Quatro meses depois, em abril de 2023, o edital foi liberado por unanimidade pelo TCM. O PSOL entrou com pedido de suspensão do programa no dia 15 de maio, que foi acatado pelo TJSP (Tribunal de Justiça de São Paulo) no dia 18. Cinco dias depois, em 23 de maio, a prefeitura derrubou a liminar e anunciou a retomada do edital de contratação da empresa responsável por viabilizar o projeto.
Novamente, a Defensoria Pública de São Paulo e outras entidades da sociedade civil pediram a suspensão da licitação, mas a Justiça decidiu pela manutenção do pregão que definiu a companhia vencedora do edital.
Outro lado. A campanha de Nunes afirmou que “ele não disse que só o PSOL entrou com ação”.
“Na época do PT, eram 150 mil crianças querendo uma vaga de creche e não tinha aqui na cidade mais rica.”
A declaração é VERDADEIRA, porque os números são próximos aos informados pelo candidato. De acordo com levantamento do jornal O Estado de S. Paulo a partir de dados da Secretaria Municipal de Educação, havia em setembro de 2016, durante a gestão de Fernando Haddad (PT), um total de 133 mil crianças de zero a três anos aguardando por vagas em creches.
“Aumentei lá bastante o objetivo da Guarda Civil Metropolitana. Eu coloquei 2.000 guardas civis metropolitanos a mais.”

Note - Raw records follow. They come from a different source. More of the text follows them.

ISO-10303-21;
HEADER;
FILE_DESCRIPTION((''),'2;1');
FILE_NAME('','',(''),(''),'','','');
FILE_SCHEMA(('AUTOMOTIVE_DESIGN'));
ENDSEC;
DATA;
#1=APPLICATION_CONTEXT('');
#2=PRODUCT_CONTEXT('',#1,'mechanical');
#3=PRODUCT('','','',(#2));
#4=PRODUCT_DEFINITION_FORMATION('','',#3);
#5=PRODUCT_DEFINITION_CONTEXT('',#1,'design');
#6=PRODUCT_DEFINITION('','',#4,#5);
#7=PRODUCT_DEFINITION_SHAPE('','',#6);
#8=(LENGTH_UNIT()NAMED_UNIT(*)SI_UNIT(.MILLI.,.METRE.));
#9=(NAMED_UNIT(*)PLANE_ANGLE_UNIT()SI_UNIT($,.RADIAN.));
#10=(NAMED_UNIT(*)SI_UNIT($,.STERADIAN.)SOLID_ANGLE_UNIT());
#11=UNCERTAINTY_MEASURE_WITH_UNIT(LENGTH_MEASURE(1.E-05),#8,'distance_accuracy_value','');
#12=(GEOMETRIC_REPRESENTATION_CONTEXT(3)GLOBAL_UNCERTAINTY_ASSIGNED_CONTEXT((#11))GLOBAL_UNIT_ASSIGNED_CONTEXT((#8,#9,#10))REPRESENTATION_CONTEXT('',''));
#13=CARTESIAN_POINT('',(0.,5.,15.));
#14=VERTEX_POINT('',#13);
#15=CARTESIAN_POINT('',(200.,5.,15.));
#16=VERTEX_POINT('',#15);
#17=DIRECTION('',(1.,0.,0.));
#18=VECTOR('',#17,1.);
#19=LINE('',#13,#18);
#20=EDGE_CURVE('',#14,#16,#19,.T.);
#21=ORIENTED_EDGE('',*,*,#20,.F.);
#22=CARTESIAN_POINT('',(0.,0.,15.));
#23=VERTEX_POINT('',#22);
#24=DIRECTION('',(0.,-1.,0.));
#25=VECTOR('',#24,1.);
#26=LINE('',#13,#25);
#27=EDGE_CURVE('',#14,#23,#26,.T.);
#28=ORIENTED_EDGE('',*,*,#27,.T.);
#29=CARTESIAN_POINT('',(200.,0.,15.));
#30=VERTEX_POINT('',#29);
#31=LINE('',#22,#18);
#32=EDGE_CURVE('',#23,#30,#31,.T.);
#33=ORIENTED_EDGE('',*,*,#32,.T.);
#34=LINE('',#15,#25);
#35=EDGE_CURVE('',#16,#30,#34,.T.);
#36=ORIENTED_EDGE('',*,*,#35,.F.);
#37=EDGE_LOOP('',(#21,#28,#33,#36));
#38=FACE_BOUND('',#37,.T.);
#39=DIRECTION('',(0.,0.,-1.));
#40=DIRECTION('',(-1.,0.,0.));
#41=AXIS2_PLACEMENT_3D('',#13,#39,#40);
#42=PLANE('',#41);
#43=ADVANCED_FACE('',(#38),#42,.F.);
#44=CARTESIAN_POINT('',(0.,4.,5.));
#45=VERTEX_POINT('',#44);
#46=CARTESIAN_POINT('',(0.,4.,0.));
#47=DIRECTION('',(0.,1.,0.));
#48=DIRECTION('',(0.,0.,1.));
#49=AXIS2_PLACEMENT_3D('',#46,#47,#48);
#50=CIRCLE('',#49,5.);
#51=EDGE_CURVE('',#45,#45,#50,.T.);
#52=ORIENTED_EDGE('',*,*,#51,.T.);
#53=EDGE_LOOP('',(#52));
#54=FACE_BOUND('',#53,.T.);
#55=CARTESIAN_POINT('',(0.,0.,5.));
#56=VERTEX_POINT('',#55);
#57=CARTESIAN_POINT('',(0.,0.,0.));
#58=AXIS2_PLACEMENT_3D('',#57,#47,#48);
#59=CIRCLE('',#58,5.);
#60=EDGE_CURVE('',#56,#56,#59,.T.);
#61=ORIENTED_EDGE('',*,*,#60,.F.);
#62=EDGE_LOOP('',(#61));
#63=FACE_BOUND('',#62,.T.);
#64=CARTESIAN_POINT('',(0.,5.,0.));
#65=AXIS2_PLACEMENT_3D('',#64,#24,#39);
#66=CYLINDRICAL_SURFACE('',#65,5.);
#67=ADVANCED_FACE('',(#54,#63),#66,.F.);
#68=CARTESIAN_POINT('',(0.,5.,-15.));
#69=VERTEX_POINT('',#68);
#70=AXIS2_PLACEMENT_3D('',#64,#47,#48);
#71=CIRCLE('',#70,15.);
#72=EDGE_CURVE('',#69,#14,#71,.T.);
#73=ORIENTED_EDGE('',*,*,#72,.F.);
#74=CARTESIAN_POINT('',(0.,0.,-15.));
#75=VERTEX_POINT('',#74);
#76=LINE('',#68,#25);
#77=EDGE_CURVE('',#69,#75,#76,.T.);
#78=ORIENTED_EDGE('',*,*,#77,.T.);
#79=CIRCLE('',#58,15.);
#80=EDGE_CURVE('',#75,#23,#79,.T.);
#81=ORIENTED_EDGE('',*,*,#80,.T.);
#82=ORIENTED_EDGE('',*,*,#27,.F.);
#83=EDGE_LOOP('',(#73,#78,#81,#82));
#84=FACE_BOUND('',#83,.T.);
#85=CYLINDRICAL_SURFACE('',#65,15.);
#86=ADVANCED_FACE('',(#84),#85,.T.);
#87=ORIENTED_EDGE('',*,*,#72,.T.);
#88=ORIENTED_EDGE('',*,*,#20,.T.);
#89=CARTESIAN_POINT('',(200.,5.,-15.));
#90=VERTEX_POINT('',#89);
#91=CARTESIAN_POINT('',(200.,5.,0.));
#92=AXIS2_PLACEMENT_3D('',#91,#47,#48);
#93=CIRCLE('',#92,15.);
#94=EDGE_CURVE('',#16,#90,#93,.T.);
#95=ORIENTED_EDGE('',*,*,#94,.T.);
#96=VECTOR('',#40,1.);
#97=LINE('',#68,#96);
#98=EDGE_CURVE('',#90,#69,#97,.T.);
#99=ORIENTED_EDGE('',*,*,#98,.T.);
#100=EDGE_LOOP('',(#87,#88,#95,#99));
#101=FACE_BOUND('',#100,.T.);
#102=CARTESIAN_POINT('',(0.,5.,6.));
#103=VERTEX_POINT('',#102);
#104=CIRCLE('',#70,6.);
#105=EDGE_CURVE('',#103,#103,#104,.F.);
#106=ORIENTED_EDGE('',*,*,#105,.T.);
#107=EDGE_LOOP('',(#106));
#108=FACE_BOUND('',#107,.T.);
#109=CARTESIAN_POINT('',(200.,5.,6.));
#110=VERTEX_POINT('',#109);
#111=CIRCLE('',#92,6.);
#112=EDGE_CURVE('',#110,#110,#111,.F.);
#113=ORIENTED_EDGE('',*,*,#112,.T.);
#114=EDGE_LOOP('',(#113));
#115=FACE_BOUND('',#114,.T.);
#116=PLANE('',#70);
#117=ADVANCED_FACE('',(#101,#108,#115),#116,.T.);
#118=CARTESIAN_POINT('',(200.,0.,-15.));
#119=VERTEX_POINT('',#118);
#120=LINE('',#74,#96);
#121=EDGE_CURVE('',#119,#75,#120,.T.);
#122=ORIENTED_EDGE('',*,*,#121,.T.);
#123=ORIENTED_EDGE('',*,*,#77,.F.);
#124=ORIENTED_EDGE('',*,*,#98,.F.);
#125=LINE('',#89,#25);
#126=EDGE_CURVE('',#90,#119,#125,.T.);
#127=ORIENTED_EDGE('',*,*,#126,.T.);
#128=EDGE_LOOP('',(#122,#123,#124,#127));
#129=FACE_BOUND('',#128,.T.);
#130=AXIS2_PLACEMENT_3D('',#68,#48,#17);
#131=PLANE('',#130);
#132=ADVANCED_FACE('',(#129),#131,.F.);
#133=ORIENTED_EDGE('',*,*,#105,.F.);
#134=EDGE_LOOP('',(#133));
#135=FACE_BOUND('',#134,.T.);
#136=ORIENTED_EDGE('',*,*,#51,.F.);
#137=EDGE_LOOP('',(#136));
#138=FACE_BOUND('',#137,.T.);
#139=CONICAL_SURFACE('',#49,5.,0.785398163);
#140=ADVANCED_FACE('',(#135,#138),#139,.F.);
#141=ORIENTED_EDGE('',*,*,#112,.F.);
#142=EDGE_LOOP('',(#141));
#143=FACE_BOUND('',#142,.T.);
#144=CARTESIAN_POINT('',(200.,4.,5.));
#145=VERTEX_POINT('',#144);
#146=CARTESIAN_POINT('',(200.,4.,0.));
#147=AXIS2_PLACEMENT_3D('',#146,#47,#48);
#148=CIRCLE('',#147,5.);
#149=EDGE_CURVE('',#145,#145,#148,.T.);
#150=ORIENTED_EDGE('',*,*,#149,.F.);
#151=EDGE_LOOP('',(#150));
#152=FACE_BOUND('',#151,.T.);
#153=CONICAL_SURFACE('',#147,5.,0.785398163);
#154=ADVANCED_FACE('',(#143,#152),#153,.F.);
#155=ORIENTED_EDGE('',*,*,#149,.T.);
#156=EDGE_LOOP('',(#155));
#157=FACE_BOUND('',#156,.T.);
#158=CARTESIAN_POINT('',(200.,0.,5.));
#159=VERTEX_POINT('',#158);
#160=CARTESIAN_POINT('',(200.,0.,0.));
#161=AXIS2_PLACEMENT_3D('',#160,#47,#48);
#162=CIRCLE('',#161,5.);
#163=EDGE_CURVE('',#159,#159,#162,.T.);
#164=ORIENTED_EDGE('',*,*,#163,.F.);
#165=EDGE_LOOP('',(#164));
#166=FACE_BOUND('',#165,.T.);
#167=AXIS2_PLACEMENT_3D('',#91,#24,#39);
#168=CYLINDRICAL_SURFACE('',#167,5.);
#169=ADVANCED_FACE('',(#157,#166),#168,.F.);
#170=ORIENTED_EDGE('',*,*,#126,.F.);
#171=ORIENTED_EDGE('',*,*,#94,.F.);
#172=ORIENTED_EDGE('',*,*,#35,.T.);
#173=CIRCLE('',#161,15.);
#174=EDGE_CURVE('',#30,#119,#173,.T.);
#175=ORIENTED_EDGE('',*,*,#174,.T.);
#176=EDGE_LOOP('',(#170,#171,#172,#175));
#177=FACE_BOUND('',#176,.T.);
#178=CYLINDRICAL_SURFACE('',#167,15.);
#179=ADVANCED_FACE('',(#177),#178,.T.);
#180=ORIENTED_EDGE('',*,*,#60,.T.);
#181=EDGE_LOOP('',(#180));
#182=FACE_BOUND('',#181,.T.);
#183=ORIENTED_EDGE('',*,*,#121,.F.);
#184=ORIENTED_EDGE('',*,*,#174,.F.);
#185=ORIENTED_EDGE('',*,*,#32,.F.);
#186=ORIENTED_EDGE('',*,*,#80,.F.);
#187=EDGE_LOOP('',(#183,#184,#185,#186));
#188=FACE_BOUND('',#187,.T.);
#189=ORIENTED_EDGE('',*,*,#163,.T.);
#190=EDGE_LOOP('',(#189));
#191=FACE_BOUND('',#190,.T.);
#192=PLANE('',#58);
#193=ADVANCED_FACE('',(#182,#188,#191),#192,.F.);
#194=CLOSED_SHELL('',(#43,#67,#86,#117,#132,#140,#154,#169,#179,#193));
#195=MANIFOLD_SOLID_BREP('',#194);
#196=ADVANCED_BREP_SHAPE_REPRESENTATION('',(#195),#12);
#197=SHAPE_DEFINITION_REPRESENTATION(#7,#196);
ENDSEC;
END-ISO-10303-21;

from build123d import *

# Parameters (mm, degrees)
SKETCH1_R           = 5
BOSS_EXTRUDE1_DEPTH = 5
CHAMFER1_SIZE       = 1
CHAMFER2_SIZE       = 1


with BuildPart() as part:
    # Sketch1 → Boss-Extrude1 (new body)
    with BuildSketch(Plane(origin=(0, 0, 0), x_dir=(1, 0, 0), z_dir=(0, 1, 0))):
        with BuildLine():
            Line((0, 15), (200, 15))
            ThreePointArc((200, 15), (215, 0), (200, -15))
            Line((200, -15), (0, -15))
            ThreePointArc((0, -15), (-15, 0), (0, 15))
        make_face()
        with Locations(Location((0, 0, 0), (0, 0, 270))):
            Circle(SKETCH1_R, mode=Mode.SUBTRACT)
        with Locations(Location((200, 0, 0), (0, 0, 270))):
            Circle(SKETCH1_R, mode=Mode.SUBTRACT)
    extrude(amount=BOSS_EXTRUDE1_DEPTH)

    # Chamfer1
    chamfer1_edges = [part.edges().sort_by_distance(p)[0] for p in [
        (200, 5, -5),
    ]]
    chamfer(chamfer1_edges, length=CHAMFER1_SIZE)

    # Chamfer2
    chamfer2_edges = [part.edges().sort_by_distance(p)[0] for p in [
        (0, 5, -5),
    ]]
    chamfer(chamfer2_edges, length=CHAMFER2_SIZE)


solid = part.part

A declaração é VERDADEIRA. Desde o início de seu mandato, Nunes de fato nomeou 2.000 guardas civis metropolitanos. Foram convocados 1.000 guardas em 2023 e mais 1.000 neste ano — 500 em março e 500 em julho.
“No ano ado nós tivemos o menor índice de homicídios na nossa cidade.”
A alegação é VERDADEIRA. Segundo dados da SSP-SP (Secretaria de Segurança Pública do Estado de São Paulo), em 2023, a cidade de São Paulo teve o menor número proporcional de homicídios dolosos (quando há intenção de matar) registrados desde o início do levantamento, em 2001.
Ao todo, foram contabilizados 481 casos em 2023 — uma taxa de 4,21 a cada 100 mil habitantes. No ano anterior, a proporção era de 4,68 a cada 100 mil habitantes. Em 2001, ano recorde da série histórica, a taxa foi de 49,16 a cada 100 mil habitantes.
A entrevista de Ricardo Nunes ao podcast Inteligência Ltda. foi transcrita pelo Escriba, ferramenta de inteligência artificial desenvolvida pelo Aos Fatos. A equipe leu a transcrição, selecionou as declarações checáveis e fez as verificações necessárias. Consultamos bases de dados públicas, projetos de lei, relatórios de pesquisa e outras verificações já realizadas por nós. A assessoria de Nunes foi procurada para comentar os resultados.
Atualização: este texto foi atualizado às 17h04 de 21.set.2024 para incluir posicionamentos enviados pela campanha de Ricardo Nunes.